== INSTRUCTIONS FOR THE TASK ==
Pick out the lines below that contain the string "CONE" and copy them all.

Stored dataset items:

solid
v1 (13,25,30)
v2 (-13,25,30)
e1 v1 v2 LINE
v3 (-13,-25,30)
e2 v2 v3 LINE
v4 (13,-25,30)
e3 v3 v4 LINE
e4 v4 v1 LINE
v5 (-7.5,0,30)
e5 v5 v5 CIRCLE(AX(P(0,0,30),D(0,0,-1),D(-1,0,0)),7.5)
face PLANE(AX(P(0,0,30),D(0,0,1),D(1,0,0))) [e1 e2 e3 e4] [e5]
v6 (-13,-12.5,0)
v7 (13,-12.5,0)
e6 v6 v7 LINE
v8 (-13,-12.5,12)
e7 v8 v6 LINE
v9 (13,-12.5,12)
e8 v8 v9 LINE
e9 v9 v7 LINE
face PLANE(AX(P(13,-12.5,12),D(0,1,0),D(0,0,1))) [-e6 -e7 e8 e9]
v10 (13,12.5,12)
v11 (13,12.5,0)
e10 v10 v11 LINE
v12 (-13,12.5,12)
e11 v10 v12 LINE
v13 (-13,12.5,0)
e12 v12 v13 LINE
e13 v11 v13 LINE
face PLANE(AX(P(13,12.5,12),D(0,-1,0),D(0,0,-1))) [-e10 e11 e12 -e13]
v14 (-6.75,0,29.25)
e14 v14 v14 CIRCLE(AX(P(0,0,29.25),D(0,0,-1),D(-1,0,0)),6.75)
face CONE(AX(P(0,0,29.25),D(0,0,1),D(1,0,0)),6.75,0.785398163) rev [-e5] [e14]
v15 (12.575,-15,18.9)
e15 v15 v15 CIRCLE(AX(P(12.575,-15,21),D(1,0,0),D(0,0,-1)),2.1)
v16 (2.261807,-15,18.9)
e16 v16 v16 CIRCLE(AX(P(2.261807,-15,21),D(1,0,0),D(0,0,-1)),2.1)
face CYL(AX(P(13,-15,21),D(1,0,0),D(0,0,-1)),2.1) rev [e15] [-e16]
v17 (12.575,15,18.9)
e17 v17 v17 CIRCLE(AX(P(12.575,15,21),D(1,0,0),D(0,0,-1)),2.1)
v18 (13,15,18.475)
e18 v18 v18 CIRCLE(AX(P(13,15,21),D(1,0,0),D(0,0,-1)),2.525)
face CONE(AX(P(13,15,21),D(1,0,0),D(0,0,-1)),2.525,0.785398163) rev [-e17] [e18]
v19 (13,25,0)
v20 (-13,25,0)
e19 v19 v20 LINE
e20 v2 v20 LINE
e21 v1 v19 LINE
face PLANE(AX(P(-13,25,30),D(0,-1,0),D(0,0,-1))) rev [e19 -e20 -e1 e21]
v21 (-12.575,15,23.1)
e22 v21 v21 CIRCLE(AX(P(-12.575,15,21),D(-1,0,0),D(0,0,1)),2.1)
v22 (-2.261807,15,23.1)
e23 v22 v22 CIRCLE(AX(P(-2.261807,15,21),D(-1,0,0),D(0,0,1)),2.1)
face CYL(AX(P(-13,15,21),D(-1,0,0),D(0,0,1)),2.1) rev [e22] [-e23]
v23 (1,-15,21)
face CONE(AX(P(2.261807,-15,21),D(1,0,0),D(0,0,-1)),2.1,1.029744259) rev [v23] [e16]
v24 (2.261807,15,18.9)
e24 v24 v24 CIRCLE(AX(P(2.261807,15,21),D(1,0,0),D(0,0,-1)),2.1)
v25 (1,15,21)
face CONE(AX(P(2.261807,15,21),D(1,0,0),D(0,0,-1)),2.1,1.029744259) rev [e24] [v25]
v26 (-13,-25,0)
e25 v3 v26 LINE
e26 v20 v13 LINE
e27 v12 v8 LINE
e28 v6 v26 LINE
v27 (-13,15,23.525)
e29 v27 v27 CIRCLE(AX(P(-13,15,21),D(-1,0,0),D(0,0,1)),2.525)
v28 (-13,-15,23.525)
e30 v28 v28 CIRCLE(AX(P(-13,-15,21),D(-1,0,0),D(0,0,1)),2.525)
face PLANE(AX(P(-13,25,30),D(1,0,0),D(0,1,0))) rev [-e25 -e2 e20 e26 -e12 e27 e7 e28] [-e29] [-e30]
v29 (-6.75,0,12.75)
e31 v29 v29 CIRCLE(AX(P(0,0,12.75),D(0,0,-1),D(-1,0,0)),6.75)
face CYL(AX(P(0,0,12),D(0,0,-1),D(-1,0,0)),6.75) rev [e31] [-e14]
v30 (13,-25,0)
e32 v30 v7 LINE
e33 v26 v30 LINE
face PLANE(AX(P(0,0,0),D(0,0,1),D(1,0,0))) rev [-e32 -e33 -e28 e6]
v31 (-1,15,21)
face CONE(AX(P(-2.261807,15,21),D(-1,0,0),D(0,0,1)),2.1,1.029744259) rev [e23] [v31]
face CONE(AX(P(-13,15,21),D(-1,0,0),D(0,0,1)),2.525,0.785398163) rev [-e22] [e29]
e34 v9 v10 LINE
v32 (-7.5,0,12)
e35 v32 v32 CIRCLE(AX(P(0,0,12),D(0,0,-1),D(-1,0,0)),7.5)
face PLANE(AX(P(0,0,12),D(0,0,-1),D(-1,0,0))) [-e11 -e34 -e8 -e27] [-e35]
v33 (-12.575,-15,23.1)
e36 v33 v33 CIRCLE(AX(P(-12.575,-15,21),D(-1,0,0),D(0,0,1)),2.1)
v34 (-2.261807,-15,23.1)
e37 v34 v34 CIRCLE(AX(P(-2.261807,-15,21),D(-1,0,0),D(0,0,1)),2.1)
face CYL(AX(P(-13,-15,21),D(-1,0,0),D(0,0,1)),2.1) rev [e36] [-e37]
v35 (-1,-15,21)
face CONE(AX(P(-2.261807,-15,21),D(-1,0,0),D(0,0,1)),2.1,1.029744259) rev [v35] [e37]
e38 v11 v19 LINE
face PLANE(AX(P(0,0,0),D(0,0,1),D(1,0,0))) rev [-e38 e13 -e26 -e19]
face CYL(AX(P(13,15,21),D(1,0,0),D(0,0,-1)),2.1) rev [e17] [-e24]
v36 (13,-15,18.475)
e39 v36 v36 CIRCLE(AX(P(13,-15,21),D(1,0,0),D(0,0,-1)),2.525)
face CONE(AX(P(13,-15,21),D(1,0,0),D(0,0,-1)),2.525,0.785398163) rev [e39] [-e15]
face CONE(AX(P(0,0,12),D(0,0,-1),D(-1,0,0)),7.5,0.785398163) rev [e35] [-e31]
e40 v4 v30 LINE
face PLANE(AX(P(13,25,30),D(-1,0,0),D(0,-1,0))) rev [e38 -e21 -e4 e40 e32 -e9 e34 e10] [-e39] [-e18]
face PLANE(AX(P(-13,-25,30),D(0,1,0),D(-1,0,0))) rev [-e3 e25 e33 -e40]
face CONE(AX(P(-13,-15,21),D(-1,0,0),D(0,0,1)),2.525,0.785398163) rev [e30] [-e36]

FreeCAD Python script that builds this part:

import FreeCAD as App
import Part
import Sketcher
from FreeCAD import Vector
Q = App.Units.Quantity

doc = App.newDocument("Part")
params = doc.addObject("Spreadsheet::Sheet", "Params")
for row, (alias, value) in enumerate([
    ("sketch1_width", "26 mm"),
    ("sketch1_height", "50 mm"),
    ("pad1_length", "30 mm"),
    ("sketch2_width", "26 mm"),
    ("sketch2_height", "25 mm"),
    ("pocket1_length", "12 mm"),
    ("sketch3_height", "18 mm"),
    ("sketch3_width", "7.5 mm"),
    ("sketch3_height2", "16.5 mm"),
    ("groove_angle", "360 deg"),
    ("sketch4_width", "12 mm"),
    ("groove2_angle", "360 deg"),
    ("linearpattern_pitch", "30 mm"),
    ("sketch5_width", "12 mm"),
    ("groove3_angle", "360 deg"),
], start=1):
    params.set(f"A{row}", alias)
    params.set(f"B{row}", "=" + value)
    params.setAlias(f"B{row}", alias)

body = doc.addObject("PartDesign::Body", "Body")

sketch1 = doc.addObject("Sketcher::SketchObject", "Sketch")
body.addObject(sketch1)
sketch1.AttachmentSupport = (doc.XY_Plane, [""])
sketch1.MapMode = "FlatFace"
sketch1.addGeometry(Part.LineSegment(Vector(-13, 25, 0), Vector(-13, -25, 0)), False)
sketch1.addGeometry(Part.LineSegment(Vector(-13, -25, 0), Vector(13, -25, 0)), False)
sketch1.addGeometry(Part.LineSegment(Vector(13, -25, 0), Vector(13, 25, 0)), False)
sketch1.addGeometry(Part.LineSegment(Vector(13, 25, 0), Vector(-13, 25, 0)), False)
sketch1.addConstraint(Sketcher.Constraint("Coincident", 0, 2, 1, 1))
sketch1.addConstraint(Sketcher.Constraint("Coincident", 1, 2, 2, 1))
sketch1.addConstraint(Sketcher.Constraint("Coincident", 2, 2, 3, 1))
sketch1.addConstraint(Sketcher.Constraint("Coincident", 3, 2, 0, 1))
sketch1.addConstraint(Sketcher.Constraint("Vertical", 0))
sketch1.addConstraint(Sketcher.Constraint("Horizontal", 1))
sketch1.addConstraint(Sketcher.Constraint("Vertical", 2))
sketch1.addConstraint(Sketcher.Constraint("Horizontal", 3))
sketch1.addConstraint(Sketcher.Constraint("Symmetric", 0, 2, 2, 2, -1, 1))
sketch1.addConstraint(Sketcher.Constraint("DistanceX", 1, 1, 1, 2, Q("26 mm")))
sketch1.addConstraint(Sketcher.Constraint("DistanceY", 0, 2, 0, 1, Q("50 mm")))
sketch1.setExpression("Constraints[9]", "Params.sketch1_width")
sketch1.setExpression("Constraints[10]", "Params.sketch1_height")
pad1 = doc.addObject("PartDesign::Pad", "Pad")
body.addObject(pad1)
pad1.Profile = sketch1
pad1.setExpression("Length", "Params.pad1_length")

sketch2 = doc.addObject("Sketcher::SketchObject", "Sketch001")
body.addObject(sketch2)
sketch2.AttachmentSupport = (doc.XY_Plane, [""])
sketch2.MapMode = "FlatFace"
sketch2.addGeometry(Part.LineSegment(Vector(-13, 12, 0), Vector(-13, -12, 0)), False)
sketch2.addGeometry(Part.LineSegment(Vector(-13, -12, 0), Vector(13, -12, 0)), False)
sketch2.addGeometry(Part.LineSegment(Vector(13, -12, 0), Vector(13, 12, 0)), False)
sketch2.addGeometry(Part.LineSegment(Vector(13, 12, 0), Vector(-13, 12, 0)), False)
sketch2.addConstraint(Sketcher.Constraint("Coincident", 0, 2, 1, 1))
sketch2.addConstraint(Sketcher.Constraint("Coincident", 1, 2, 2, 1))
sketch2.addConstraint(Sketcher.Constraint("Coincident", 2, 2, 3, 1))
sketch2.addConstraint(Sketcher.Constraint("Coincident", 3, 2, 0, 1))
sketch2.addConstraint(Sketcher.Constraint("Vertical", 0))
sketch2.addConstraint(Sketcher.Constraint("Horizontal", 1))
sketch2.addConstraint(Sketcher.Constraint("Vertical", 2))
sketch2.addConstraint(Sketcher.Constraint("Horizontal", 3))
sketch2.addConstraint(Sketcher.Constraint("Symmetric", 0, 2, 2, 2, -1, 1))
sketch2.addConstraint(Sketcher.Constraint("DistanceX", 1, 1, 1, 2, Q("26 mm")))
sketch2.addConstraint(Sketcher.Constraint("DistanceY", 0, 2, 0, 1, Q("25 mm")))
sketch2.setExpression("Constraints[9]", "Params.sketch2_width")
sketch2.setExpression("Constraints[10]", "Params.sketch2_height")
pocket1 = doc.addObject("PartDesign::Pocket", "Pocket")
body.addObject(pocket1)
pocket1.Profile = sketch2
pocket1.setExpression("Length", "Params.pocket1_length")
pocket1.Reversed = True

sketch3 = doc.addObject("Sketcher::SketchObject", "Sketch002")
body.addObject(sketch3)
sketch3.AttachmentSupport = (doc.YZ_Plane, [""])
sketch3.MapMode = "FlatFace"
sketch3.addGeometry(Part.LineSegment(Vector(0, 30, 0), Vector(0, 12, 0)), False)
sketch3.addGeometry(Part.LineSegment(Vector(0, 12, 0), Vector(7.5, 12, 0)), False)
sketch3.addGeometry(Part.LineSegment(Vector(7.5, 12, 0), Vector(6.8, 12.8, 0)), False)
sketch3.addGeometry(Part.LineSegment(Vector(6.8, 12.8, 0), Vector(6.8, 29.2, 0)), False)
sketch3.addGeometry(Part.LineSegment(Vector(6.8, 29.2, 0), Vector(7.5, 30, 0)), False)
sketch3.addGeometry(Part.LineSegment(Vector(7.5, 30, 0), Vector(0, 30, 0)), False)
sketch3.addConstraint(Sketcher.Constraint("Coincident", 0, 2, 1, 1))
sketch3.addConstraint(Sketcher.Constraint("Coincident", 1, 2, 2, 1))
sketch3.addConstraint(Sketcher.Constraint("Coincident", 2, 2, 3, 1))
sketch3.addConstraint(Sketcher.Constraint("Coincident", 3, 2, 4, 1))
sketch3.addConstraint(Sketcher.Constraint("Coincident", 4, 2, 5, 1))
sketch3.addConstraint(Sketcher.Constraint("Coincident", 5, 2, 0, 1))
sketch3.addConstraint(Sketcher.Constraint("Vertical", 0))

---

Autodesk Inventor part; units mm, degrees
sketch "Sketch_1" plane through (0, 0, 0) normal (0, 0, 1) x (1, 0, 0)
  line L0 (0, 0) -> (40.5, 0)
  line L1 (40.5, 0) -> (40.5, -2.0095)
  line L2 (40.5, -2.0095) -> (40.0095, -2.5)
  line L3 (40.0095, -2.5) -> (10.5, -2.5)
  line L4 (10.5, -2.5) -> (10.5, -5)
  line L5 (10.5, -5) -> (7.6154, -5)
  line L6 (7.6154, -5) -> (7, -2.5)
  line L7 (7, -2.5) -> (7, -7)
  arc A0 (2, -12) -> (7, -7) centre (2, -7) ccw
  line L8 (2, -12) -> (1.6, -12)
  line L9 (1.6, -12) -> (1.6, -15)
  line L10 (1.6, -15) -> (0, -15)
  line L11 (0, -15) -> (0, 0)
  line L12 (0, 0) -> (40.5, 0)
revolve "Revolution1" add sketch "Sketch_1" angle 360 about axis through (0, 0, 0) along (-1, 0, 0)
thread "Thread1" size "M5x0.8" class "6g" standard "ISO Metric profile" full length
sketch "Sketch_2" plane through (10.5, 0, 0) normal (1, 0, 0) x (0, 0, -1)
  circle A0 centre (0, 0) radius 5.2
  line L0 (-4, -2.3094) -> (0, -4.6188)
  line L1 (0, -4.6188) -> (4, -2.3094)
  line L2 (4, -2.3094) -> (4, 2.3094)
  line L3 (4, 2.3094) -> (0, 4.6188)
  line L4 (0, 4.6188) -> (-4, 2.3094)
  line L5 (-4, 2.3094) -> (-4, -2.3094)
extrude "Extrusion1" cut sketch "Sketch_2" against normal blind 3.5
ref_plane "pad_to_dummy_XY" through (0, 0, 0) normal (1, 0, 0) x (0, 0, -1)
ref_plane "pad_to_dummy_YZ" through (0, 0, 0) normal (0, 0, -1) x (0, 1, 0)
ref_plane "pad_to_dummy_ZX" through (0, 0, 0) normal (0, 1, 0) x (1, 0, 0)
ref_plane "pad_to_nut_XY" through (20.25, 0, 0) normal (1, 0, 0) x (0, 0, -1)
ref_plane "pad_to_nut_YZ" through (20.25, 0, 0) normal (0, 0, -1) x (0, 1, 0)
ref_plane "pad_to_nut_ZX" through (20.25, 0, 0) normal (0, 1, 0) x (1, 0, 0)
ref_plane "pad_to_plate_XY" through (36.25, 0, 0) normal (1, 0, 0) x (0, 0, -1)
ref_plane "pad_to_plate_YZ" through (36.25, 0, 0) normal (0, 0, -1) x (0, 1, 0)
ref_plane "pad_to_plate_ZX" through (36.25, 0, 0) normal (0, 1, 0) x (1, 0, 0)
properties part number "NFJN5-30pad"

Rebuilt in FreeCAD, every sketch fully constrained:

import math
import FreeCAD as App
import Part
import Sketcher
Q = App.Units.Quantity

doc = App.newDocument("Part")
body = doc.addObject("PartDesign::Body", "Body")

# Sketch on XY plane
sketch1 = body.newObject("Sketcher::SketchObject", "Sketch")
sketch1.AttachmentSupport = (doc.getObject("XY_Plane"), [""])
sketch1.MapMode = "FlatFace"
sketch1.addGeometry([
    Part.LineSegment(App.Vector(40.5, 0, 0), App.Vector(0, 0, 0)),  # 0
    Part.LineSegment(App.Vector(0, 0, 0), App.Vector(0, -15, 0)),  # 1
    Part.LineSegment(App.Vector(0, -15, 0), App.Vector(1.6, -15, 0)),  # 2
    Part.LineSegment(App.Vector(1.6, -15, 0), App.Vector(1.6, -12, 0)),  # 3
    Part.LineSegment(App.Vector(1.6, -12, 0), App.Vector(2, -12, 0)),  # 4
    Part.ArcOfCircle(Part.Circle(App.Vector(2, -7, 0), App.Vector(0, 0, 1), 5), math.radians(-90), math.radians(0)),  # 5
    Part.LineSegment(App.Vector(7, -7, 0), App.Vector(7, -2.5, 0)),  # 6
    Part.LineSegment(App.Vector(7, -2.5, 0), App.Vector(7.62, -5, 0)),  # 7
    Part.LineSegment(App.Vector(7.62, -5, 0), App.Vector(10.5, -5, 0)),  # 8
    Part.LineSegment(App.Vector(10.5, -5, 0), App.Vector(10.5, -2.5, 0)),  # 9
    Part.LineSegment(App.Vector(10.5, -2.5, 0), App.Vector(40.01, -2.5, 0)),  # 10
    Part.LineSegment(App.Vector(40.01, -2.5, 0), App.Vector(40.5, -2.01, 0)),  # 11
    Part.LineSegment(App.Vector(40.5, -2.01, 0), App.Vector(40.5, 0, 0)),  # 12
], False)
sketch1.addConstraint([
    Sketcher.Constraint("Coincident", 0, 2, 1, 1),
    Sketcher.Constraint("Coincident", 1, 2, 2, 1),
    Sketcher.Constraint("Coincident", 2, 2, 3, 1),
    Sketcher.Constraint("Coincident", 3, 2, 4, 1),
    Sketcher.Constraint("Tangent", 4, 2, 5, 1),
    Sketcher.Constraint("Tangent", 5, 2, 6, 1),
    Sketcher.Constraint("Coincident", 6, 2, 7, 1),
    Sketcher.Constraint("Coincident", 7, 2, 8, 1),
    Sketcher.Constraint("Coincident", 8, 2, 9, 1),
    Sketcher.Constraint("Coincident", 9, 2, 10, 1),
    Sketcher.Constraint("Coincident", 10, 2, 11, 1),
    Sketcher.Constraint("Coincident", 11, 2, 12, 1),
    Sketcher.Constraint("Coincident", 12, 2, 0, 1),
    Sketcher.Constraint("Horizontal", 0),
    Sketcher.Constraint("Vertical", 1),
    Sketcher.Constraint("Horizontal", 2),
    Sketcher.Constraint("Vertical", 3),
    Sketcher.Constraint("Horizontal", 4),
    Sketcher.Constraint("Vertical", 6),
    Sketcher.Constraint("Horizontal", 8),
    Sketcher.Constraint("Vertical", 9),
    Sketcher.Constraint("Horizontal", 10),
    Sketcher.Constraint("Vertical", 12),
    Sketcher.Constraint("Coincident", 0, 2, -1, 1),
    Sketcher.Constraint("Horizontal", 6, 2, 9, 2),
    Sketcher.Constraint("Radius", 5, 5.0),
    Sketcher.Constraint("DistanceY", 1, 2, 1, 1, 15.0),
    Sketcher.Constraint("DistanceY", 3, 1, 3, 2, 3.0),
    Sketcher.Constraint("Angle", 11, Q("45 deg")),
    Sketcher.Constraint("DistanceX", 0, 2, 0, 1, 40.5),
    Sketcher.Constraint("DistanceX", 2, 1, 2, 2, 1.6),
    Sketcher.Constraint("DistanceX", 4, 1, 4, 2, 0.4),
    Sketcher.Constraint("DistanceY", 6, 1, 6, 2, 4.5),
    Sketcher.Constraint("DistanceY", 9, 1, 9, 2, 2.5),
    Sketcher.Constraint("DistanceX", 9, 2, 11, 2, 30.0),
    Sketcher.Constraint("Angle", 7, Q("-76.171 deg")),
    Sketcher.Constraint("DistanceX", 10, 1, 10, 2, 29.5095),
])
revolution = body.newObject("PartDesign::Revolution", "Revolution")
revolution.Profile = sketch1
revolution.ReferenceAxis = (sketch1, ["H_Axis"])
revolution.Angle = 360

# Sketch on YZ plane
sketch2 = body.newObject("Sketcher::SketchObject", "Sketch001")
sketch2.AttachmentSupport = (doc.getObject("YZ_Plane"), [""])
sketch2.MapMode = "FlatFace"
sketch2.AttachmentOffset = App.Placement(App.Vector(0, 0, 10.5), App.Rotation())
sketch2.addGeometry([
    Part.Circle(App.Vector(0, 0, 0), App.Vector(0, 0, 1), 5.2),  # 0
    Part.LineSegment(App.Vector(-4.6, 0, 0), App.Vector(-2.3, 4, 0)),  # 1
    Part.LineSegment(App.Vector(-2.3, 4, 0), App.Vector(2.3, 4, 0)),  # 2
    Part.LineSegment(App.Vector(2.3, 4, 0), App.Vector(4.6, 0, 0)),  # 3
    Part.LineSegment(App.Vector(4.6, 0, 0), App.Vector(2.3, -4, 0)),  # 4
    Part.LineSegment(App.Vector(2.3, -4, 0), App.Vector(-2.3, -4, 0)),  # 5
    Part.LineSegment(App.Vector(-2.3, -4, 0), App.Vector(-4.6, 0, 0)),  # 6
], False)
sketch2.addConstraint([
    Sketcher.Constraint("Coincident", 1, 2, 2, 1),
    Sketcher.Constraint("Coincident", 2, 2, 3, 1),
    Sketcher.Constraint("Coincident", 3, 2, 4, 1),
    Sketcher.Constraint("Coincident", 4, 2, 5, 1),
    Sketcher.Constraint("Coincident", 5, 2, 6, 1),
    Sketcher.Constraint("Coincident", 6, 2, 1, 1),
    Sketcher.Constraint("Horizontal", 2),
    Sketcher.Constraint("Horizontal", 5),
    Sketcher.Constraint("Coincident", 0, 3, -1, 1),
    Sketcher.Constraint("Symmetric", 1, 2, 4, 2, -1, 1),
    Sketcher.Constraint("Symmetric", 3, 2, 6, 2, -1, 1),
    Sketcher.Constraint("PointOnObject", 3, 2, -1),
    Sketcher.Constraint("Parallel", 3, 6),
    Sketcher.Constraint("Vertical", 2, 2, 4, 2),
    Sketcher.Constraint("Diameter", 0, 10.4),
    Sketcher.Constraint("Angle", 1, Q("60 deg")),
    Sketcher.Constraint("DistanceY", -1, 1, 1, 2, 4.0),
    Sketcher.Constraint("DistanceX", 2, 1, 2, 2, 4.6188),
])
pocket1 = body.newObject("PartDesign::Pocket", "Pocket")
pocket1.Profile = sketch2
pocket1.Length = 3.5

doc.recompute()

== OUTPUT ==
face CONE(AX(P(0,0,29.25),D(0,0,1),D(1,0,0)),6.75,0.785398163) rev [-e5] [e14]
face CONE(AX(P(13,15,21),D(1,0,0),D(0,0,-1)),2.525,0.785398163) rev [-e17] [e18]
face CONE(AX(P(2.261807,-15,21),D(1,0,0),D(0,0,-1)),2.1,1.029744259) rev [v23] [e16]
face CONE(AX(P(2.261807,15,21),D(1,0,0),D(0,0,-1)),2.1,1.029744259) rev [e24] [v25]
face CONE(AX(P(-2.261807,15,21),D(-1,0,0),D(0,0,1)),2.1,1.029744259) rev [e23] [v31]
face CONE(AX(P(-13,15,21),D(-1,0,0),D(0,0,1)),2.525,0.785398163) rev [-e22] [e29]
face CONE(AX(P(-2.261807,-15,21),D(-1,0,0),D(0,0,1)),2.1,1.029744259) rev [v35] [e37]
face CONE(AX(P(13,-15,21),D(1,0,0),D(0,0,-1)),2.525,0.785398163) rev [e39] [-e15]
face CONE(AX(P(0,0,12),D(0,0,-1),D(-1,0,0)),7.5,0.785398163) rev [e35] [-e31]
face CONE(AX(P(-13,-15,21),D(-1,0,0),D(0,0,1)),2.525,0.785398163) rev [e30] [-e36]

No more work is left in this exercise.